A couple of questions keep coming back here.
I have to pick up a little bit on the chair's question about wage scarring. It is a term I'm not familiar with, but I'm having some difficulty with it. Either you're working or you're not working, and if you're working you can look for a better job. A number of things will control that.
I'm going to use two examples.
A good friend of mine, whom I went to high school with, went on to university and became a geologist. I don't know why he became a geologist. He wanted to become one and he enjoyed it, but he didn't want to travel. Intervention in K-to-12 might have helped him. After a couple of years of working as a geologist, mostly in Canada's north, he came back and went to community college and became a machinist. He loves that job and is happy doing it. Should he be “wage-scarred” because he left this other job and somehow went to...?
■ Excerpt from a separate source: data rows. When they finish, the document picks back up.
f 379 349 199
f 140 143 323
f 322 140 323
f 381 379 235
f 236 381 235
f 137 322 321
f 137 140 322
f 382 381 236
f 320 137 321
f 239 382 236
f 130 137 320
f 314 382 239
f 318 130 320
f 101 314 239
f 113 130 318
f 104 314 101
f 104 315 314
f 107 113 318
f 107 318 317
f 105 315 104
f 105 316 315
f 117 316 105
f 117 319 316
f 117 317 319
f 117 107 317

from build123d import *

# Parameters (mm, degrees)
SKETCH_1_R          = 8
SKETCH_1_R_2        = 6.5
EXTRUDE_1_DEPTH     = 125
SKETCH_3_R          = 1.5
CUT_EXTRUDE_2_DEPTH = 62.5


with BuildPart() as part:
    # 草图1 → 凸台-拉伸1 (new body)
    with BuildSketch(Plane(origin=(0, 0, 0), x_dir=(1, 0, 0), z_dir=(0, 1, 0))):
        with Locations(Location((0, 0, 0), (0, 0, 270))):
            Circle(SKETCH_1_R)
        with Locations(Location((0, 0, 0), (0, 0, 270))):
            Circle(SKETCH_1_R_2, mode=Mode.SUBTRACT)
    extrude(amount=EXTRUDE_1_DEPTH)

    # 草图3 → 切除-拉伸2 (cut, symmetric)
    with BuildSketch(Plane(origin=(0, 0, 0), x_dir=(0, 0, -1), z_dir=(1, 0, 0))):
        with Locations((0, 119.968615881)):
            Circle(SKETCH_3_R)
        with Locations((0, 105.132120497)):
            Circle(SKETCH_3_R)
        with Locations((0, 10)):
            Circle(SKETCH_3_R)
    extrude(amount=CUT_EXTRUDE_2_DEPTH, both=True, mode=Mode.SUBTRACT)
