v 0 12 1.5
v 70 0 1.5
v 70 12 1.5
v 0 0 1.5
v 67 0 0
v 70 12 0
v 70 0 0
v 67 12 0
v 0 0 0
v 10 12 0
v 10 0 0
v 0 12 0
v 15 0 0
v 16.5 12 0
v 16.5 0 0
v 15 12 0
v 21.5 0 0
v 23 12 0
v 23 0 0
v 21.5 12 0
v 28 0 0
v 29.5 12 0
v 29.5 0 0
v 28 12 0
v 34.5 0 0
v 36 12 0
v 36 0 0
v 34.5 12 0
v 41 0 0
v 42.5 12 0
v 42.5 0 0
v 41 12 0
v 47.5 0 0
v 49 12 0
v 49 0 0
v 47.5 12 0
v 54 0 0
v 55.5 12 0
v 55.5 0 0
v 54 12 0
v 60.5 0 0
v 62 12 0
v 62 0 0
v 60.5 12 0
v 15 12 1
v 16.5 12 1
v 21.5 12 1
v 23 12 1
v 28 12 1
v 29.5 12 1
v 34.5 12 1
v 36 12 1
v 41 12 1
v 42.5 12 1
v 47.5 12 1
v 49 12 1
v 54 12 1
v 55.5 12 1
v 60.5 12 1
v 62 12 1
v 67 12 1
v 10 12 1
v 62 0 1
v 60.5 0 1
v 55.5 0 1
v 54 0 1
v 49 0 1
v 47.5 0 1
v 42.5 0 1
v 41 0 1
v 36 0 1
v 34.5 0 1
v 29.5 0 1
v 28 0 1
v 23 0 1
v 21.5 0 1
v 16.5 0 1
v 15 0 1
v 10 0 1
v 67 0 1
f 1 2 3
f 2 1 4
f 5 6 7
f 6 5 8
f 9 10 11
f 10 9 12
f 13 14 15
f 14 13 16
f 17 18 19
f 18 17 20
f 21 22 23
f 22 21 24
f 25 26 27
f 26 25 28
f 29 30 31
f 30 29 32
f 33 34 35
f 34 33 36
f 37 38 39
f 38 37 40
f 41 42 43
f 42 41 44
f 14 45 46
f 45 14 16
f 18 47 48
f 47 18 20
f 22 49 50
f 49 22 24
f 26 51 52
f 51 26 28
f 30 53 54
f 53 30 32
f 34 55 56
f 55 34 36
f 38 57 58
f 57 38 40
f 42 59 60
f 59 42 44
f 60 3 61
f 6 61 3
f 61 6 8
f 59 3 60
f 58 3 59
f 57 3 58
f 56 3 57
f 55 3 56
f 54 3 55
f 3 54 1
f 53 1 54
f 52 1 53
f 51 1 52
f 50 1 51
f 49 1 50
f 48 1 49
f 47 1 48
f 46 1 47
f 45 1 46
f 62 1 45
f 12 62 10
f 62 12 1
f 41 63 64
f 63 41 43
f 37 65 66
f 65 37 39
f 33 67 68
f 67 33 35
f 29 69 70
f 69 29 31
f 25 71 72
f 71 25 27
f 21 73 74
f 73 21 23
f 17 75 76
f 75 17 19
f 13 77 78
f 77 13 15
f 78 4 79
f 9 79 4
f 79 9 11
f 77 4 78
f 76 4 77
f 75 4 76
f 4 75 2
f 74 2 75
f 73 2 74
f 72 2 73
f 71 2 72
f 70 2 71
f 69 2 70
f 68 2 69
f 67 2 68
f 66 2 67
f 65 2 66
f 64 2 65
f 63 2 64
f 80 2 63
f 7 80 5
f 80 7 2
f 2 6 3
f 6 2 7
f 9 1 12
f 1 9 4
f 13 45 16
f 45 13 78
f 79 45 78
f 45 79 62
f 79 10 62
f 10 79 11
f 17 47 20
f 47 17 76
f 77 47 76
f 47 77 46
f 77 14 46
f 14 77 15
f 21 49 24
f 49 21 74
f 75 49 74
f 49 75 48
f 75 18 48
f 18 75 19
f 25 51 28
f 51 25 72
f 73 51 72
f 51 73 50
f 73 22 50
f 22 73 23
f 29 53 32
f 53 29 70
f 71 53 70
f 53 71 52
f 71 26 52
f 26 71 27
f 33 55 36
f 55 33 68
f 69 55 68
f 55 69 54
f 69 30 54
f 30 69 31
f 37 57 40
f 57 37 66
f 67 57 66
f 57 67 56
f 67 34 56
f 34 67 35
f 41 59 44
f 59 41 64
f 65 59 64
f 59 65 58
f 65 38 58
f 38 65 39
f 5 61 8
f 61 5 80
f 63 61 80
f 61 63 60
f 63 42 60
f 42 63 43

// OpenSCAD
// Agarose gel comb - a flat plate with a back bar and a row of rectangular teeth for casting
// horizontal gels. NOVEL general part, printed lying flat on the bed.
//

teeth = 10;
bar_l = 70;
bar_w = 12;
t     = 1.5;
tooth_w = 5.0;
tooth_h = 12;
gap   = 1.5;

$fn = 48;

teeth_p = tooth_w + gap;
span    = teeth * teeth_p;
center  = (bar_l - span) / 2 + tooth_w / 2;

difference() {
    union() {
        translate([0, 0, 0]) cube([bar_l, bar_w, t]);                 // back bar
        for (i = [0 : teeth - 1])
            translate([center + i * teeth_p, 0, 0]) cube([tooth_w, tooth_h, t]);   // teeth
    }
    for (i = [0 : teeth - 2])
        translate([center + (i + 1) * teeth_p - gap, 0, -1]) cube([tooth_w, tooth_h, 2]);  // gaps
}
I use the example of another good friend of mine. We were neighbours; we grew up on opposite farms. He became an engineer and worked for 15 years. He was vice-president of his own company, and after 15 years as senior vice-president, he made as much money as his chief electrician. Should he be “wage-scarred?”
I don't get the term. My point is that there are obstacles facing people in employment, and at every job you're not going to get to be boss, or you're not going to be a rocket scientist, or not going to be a computer programmer, or you're not going to be the prime minister. We all find our level and we work there and try to find happiness doing that.
It's an artificial term that I don't understand, so I'd like one more shot at having it explained to me.